++++ DATA RECORDS ++++
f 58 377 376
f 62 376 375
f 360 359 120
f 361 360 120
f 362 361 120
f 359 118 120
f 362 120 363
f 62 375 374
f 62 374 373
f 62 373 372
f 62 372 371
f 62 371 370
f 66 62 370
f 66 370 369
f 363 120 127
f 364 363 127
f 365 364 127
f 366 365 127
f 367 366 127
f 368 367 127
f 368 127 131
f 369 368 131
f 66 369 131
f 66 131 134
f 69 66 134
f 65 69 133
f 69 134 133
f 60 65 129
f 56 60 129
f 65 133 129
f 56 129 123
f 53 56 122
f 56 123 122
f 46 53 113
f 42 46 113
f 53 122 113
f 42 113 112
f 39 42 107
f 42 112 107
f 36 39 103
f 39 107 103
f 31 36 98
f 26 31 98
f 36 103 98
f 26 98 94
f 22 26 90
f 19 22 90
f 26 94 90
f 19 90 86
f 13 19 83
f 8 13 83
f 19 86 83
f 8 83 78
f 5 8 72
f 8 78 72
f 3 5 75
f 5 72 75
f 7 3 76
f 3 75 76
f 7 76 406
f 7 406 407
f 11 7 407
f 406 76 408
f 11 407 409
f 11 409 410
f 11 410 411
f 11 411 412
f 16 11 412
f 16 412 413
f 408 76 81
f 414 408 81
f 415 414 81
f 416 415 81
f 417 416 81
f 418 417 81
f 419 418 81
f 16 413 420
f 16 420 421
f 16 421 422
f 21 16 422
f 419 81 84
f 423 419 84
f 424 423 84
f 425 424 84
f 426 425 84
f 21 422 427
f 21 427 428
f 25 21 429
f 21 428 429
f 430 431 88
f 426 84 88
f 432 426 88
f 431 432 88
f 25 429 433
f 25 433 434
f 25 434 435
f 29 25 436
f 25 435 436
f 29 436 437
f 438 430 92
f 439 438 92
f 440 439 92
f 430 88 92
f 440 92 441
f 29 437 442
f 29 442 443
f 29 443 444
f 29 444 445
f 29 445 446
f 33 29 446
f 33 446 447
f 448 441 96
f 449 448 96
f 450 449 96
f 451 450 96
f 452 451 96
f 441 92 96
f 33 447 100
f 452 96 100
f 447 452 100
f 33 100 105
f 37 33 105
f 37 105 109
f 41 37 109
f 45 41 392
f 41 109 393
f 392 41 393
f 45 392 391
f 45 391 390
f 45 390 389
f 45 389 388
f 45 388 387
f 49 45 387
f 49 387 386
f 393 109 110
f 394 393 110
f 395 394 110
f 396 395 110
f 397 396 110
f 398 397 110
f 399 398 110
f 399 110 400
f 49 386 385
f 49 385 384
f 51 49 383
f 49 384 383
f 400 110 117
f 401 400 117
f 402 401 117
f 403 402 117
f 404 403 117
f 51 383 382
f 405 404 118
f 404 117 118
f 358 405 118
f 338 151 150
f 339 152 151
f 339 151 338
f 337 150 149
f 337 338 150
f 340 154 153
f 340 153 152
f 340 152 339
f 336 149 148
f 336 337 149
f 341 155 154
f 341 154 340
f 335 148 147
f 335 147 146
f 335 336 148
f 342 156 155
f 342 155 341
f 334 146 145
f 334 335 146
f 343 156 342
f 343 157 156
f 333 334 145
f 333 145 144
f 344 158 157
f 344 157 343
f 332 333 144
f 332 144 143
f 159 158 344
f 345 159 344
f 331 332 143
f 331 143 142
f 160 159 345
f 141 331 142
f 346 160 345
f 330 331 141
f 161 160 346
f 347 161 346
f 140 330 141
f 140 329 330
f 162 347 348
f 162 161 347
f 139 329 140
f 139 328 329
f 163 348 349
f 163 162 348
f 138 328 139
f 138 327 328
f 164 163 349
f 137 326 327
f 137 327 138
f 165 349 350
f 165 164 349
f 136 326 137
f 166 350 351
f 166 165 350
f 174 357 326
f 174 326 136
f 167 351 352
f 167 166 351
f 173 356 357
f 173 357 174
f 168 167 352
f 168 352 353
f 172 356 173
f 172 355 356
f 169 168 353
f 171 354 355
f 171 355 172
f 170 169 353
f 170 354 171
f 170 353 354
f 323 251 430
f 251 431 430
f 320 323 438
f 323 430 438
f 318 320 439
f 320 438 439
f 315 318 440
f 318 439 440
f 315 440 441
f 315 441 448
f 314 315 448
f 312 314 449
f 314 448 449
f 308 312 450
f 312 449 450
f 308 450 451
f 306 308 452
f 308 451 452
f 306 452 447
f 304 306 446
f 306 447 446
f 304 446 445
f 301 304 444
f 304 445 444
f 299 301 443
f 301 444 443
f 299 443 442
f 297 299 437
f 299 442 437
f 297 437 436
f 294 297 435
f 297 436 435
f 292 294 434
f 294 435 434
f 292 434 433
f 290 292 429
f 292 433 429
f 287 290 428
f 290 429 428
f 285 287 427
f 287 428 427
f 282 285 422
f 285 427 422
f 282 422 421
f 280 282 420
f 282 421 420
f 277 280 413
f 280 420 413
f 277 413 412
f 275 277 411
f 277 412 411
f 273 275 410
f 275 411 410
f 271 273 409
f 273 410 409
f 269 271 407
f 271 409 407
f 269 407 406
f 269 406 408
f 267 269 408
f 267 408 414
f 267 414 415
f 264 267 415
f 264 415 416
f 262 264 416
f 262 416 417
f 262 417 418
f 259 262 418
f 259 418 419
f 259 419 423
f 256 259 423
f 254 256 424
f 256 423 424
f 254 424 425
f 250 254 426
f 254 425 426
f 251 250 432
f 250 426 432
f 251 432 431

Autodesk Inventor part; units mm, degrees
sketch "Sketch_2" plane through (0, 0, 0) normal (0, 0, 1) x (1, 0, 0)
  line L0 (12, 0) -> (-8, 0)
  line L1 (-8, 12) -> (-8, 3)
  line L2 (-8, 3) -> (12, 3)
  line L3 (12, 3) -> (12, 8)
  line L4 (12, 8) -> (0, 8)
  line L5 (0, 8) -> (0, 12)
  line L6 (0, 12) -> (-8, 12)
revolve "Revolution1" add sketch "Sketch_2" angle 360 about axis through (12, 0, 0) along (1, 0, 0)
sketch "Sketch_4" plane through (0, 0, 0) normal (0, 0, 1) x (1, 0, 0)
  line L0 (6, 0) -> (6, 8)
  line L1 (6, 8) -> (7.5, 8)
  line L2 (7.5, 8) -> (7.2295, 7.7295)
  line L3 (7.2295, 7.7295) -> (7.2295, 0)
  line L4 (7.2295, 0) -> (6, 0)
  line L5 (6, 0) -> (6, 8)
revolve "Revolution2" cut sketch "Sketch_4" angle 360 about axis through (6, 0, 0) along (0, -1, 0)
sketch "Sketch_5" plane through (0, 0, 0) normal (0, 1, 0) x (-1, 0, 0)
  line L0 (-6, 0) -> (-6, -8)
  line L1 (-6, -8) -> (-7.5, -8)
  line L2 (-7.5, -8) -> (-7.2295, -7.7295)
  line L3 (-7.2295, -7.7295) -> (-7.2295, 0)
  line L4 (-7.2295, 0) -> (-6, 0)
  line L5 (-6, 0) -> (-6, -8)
++++
- _WORK REQUIRED_:
Reproduce exactly the entries above, limited to the lines from the one with "f 301 304 444" through the one with "f 262 264 416", both included.

- _YOUR SOLUTION_:
f 301 304 444
f 304 445 444
f 299 301 443
f 301 444 443
f 299 443 442
f 297 299 437
f 299 442 437
f 297 437 436
f 294 297 435
f 297 436 435
f 292 294 434
f 294 435 434
f 292 434 433
f 290 292 429
f 292 433 429
f 287 290 428
f 290 429 428
f 285 287 427
f 287 428 427
f 282 285 422
f 285 427 422
f 282 422 421
f 280 282 420
f 282 421 420
f 277 280 413
f 280 420 413
f 277 413 412
f 275 277 411
f 277 412 411
f 273 275 410
f 275 411 410
f 271 273 409
f 273 410 409
f 269 271 407
f 271 409 407
f 269 407 406
f 269 406 408
f 267 269 408
f 267 408 414
f 267 414 415
f 264 267 415
f 264 415 416
f 262 264 416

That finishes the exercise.